3. 0 Governo tem anuncia­do políticas e planos destina­dos a prestar mais atenção aos sectores agrário, agroindustrial e mineiro, que passaram a ser prioritários na estratégia de desenvolvimento económico e social de Mo­çambique. A nova orientação é reflexo de pareceres e recomendações como as seguin­tes:

- O agravamento da pobreza em Moçambique é essencialmente decorrente da diminuta atenção que a agricultura tem merecido da parte do Governo nos últimos 15 anos em termos de in­vestimento público e de me­didas destinadas a atrair investimento privado.

- A actual estrutura eco­nómica, baseada em grandes projectos industriais, está desligada da realidade e não corresponde a exigências ele­mentares de melhoria das condições de vida da popula­ção; não gera emprego nem rendimento.

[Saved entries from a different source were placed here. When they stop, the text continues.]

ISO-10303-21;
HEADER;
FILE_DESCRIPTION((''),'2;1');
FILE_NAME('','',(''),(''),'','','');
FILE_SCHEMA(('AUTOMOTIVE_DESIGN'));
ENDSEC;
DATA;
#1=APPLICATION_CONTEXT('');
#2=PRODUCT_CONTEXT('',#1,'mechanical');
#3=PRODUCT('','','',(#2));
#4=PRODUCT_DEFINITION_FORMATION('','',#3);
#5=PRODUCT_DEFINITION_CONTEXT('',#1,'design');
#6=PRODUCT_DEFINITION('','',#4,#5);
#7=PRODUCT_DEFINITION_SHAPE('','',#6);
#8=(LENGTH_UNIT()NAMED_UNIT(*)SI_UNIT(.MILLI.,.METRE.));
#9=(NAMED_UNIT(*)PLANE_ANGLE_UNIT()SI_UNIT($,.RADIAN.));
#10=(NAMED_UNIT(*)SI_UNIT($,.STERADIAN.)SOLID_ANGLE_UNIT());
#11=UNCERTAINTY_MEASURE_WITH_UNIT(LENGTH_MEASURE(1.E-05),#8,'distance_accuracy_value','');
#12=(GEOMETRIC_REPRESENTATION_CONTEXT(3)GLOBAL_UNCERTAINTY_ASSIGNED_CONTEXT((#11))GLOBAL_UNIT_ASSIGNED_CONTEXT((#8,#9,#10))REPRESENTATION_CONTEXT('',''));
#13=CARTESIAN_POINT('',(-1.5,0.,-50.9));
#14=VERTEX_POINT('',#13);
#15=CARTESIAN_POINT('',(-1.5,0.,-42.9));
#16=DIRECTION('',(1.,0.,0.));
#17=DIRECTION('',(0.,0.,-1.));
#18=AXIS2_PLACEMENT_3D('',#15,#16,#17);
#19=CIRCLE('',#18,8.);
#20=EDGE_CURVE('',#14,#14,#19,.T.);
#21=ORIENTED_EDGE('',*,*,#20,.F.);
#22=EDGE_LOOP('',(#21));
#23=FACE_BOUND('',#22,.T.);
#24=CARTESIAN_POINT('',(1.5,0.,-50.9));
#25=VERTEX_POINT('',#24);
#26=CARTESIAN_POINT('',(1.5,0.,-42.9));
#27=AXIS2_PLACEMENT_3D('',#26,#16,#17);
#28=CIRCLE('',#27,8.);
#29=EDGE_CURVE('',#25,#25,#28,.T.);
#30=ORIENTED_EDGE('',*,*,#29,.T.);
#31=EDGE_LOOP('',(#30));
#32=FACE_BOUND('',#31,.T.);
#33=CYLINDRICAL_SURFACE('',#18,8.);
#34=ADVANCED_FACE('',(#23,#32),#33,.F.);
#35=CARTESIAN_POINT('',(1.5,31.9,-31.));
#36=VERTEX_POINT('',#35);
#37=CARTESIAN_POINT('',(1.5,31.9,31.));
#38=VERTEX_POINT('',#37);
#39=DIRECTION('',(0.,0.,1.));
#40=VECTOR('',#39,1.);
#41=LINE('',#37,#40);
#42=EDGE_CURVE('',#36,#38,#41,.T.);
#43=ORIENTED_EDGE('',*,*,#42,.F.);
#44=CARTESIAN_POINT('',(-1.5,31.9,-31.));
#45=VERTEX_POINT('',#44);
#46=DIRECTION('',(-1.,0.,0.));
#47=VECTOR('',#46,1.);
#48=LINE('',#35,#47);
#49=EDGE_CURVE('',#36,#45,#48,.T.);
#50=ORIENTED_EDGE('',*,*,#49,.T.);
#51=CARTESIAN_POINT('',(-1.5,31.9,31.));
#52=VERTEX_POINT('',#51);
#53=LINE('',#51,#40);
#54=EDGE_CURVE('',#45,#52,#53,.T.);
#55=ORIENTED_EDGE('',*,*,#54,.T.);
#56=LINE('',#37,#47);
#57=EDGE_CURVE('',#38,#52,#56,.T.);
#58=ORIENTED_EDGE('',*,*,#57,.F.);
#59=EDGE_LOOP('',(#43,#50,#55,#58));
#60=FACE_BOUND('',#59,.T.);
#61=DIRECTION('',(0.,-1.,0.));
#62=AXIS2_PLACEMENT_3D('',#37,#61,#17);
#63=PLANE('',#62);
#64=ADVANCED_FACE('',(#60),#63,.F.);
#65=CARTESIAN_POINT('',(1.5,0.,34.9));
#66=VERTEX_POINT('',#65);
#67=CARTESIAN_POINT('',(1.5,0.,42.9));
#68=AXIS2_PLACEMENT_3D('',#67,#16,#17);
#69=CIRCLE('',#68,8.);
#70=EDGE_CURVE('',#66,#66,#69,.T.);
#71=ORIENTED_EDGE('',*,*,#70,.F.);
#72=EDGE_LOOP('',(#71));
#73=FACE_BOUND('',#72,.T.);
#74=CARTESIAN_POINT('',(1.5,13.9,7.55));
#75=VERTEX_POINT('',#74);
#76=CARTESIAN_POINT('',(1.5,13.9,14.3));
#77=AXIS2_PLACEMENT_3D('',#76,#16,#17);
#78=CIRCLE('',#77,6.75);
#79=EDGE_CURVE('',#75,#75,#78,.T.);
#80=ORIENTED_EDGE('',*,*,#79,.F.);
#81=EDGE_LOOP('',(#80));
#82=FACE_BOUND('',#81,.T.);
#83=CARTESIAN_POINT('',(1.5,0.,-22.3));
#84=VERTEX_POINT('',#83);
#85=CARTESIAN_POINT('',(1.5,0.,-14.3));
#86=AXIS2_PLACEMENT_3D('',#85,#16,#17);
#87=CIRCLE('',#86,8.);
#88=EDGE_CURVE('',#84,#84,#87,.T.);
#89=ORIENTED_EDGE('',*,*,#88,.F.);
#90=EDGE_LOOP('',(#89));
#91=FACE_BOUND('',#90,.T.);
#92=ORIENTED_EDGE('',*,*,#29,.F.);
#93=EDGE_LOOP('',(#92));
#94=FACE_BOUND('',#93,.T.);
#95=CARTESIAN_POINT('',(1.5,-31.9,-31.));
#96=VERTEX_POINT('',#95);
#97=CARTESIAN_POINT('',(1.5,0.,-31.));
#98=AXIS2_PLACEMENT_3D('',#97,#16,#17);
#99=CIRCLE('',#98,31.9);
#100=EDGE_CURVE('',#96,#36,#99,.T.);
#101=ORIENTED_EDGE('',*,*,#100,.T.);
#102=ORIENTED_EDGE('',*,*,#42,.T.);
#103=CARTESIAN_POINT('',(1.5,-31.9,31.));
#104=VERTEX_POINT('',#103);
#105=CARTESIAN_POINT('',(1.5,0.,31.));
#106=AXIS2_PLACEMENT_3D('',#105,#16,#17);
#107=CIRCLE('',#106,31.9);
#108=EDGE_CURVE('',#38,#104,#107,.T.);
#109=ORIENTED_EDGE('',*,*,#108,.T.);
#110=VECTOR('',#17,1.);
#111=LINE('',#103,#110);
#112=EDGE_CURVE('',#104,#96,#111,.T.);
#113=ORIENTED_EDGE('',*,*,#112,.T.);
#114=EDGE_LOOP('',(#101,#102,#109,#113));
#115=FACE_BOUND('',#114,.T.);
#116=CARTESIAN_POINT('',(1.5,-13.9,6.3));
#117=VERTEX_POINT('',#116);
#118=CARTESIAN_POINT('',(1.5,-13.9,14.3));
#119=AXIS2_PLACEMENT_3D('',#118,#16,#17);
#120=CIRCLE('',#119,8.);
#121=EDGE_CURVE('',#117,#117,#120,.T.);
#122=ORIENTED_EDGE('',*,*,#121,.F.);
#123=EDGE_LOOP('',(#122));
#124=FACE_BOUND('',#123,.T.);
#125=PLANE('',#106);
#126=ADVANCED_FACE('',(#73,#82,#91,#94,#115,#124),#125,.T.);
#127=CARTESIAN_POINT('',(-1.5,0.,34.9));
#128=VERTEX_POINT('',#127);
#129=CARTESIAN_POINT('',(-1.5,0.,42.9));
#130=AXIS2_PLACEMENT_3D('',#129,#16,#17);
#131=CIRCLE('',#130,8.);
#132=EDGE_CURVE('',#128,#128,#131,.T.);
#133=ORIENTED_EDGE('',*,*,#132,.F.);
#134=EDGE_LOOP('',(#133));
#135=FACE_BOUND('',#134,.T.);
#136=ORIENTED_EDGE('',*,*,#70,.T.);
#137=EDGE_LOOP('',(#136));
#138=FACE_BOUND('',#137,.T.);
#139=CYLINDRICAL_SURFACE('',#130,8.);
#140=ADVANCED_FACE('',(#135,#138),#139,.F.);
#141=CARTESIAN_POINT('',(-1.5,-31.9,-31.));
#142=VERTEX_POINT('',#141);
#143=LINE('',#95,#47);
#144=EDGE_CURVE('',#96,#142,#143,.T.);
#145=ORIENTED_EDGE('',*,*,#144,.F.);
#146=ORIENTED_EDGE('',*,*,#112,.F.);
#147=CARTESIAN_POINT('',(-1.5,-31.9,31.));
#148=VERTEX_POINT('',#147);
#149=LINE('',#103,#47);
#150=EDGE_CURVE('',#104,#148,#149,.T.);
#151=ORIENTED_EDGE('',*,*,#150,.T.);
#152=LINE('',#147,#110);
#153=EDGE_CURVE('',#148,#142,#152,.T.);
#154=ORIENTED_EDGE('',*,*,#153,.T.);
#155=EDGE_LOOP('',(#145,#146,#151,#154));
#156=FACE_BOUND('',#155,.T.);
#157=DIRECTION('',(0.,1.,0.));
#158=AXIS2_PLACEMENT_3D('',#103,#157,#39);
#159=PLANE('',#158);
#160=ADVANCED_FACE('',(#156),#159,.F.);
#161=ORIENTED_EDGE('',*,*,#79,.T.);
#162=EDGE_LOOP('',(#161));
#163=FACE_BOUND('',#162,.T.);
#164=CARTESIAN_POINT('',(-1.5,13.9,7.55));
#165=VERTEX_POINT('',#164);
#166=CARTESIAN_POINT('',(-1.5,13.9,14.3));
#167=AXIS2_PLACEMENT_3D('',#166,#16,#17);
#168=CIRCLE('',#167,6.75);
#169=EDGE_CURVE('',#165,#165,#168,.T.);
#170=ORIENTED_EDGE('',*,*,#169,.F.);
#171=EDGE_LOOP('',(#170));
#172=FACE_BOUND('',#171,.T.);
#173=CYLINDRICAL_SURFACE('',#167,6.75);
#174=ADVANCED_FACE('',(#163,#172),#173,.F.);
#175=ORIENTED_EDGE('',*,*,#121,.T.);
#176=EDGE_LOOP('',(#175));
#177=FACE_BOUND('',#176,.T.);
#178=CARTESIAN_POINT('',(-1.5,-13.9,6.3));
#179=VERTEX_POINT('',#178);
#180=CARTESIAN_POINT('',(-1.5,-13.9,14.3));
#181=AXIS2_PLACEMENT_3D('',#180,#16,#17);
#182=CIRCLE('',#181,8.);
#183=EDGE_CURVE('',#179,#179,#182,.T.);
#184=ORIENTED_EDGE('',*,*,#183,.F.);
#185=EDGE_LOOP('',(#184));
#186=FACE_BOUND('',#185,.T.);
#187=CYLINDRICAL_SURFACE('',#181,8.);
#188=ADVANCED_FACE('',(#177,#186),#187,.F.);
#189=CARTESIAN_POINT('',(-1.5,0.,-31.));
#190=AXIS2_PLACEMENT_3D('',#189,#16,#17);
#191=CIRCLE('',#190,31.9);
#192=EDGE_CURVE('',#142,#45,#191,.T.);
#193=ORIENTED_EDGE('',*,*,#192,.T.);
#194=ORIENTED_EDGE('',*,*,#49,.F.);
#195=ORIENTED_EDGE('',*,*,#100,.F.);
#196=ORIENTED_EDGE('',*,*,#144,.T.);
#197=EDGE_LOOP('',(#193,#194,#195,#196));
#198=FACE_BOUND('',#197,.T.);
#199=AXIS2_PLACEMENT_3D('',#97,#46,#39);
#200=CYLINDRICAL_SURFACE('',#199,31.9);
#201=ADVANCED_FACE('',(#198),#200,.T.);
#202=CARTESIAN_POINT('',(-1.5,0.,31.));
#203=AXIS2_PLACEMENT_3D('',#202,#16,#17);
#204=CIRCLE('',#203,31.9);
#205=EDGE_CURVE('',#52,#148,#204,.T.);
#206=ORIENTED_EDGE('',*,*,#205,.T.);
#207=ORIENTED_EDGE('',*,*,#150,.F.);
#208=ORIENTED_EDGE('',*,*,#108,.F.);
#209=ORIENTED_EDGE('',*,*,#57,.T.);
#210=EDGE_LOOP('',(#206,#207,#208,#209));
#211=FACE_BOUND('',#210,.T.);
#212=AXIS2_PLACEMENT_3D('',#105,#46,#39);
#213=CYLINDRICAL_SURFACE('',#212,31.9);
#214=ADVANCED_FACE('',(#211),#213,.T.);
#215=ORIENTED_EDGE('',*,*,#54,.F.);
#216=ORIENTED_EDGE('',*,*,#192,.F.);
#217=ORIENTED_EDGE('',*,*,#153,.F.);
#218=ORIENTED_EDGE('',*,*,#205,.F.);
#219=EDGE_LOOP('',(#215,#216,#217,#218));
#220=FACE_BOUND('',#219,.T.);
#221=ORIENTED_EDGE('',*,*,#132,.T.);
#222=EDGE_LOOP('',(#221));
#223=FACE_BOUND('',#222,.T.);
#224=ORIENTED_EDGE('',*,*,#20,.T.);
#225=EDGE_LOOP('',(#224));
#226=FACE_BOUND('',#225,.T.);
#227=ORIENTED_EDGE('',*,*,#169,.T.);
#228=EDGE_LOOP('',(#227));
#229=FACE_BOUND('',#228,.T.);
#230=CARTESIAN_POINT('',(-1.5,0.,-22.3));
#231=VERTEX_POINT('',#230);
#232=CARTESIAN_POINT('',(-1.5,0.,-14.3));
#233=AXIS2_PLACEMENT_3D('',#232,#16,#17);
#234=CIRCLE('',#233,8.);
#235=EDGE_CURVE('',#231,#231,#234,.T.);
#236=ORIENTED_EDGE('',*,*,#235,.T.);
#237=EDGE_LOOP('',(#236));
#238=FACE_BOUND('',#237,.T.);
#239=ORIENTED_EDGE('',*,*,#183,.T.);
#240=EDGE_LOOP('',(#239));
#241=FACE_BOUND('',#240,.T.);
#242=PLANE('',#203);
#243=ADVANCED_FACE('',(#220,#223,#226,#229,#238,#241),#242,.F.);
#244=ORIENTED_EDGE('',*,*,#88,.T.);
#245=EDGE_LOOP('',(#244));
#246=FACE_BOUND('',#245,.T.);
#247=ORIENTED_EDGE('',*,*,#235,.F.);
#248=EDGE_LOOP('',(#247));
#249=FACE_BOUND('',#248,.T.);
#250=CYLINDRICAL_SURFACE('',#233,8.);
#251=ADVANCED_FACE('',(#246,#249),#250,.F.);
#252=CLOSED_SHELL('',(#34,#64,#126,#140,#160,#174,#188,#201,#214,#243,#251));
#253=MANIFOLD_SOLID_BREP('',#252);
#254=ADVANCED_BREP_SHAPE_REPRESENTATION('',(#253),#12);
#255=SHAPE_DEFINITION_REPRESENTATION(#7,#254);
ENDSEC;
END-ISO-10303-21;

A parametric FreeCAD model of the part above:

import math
import FreeCAD as App
import Part
import Sketcher
Q = App.Units.Quantity

doc = App.newDocument("Part")
body = doc.addObject("PartDesign::Body", "Body")

# Sketch on YZ plane
sketch1 = body.newObject("Sketcher::SketchObject", "Sketch")
sketch1.AttachmentSupport = (doc.getObject("YZ_Plane"), [""])
sketch1.MapMode = "FlatFace"
sketch1.addGeometry([
    Part.LineSegment(App.Vector(31.9, -31, 0), App.Vector(31.9, 31, 0)),
    Part.ArcOfCircle(Part.Circle(App.Vector(0, 31, 0), App.Vector(0, 0, 1), 31.9), math.radians(0), math.radians(180)),
    Part.LineSegment(App.Vector(-31.9, 31, 0), App.Vector(-31.9, -31, 0)),
    Part.ArcOfCircle(Part.Circle(App.Vector(0, -31, 0), App.Vector(0, 0, 1), 31.9), math.radians(180), math.radians(360)),
], False)
sketch1.addConstraint([
    Sketcher.Constraint("Tangent", 0, 2, 1, 1),
    Sketcher.Constraint("Tangent", 1, 2, 2, 1),
    Sketcher.Constraint("Tangent", 2, 2, 3, 1),
    Sketcher.Constraint("Tangent", 3, 2, 0, 1),
    Sketcher.Constraint("Vertical", 0),
    Sketcher.Constraint("Vertical", 2),
    Sketcher.Constraint("Symmetric", 1, 3, 3, 3, -1, 1),
    Sketcher.Constraint("Radius", 1, Q("31.9 mm")),
    Sketcher.Constraint("DistanceY", 0, 1, 0, 2, Q("62 mm")),
])
pad1 = body.newObject("PartDesign::Pad", "Pad")
pad1.Profile = sketch1
pad1.Length = 3
pad1.Midplane = True

# Sketch on YZ plane
sketch2 = body.newObject("Sketcher::SketchObject", "Sketch001")
sketch2.AttachmentSupport = (doc.getObject("YZ_Plane"), [""])
sketch2.MapMode = "FlatFace"
sketch2.AttachmentOffset = App.Placement(App.Vector(0, 0, 1.5), App.Rotation())
sketch2.addGeometry([
    Part.Circle(App.Vector(0, 42.9, 0), App.Vector(0, 0, 1), 8),  # 0
    Part.Circle(App.Vector(0, -42.9, 0), App.Vector(0, 0, 1), 8),  # 1
    Part.Circle(App.Vector(13.9, 14.3, 0), App.Vector(0, 0, 1), 6.75),  # 2
    Part.Circle(App.Vector(0, -14.3, 0), App.Vector(0, 0, 1), 8),  # 3
    Part.Circle(App.Vector(-13.9, 14.3, 0), App.Vector(0, 0, 1), 8),  # 4
], False)
sketch2.addConstraint([
    Sketcher.Constraint("Equal", 0, 1),
    Sketcher.Constraint("Equal", 1, 3),
    Sketcher.Constraint("Equal", 3, 4),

Peritos de instituições como o BM, BIRD, FMI, BAD e outros defenderam pontos de vista favoráveis a um rápido desenvolvimento da agricultu­ra numa conferência recente em Maputo. A agricultura pre­dominante no país, do tipo familiar ou de subsistência, também está sob ameaça de projectos de biocornbustiveis.

Na época da administração portuguesa a agricultura era, a par dos transportes e comu­nicações, um dos mais dinâ­micos sectores da economia. O território tem condições consideradas privilegiadas para a agricultura, entre as quais aptidão dos solos, abun­dância de água e clima.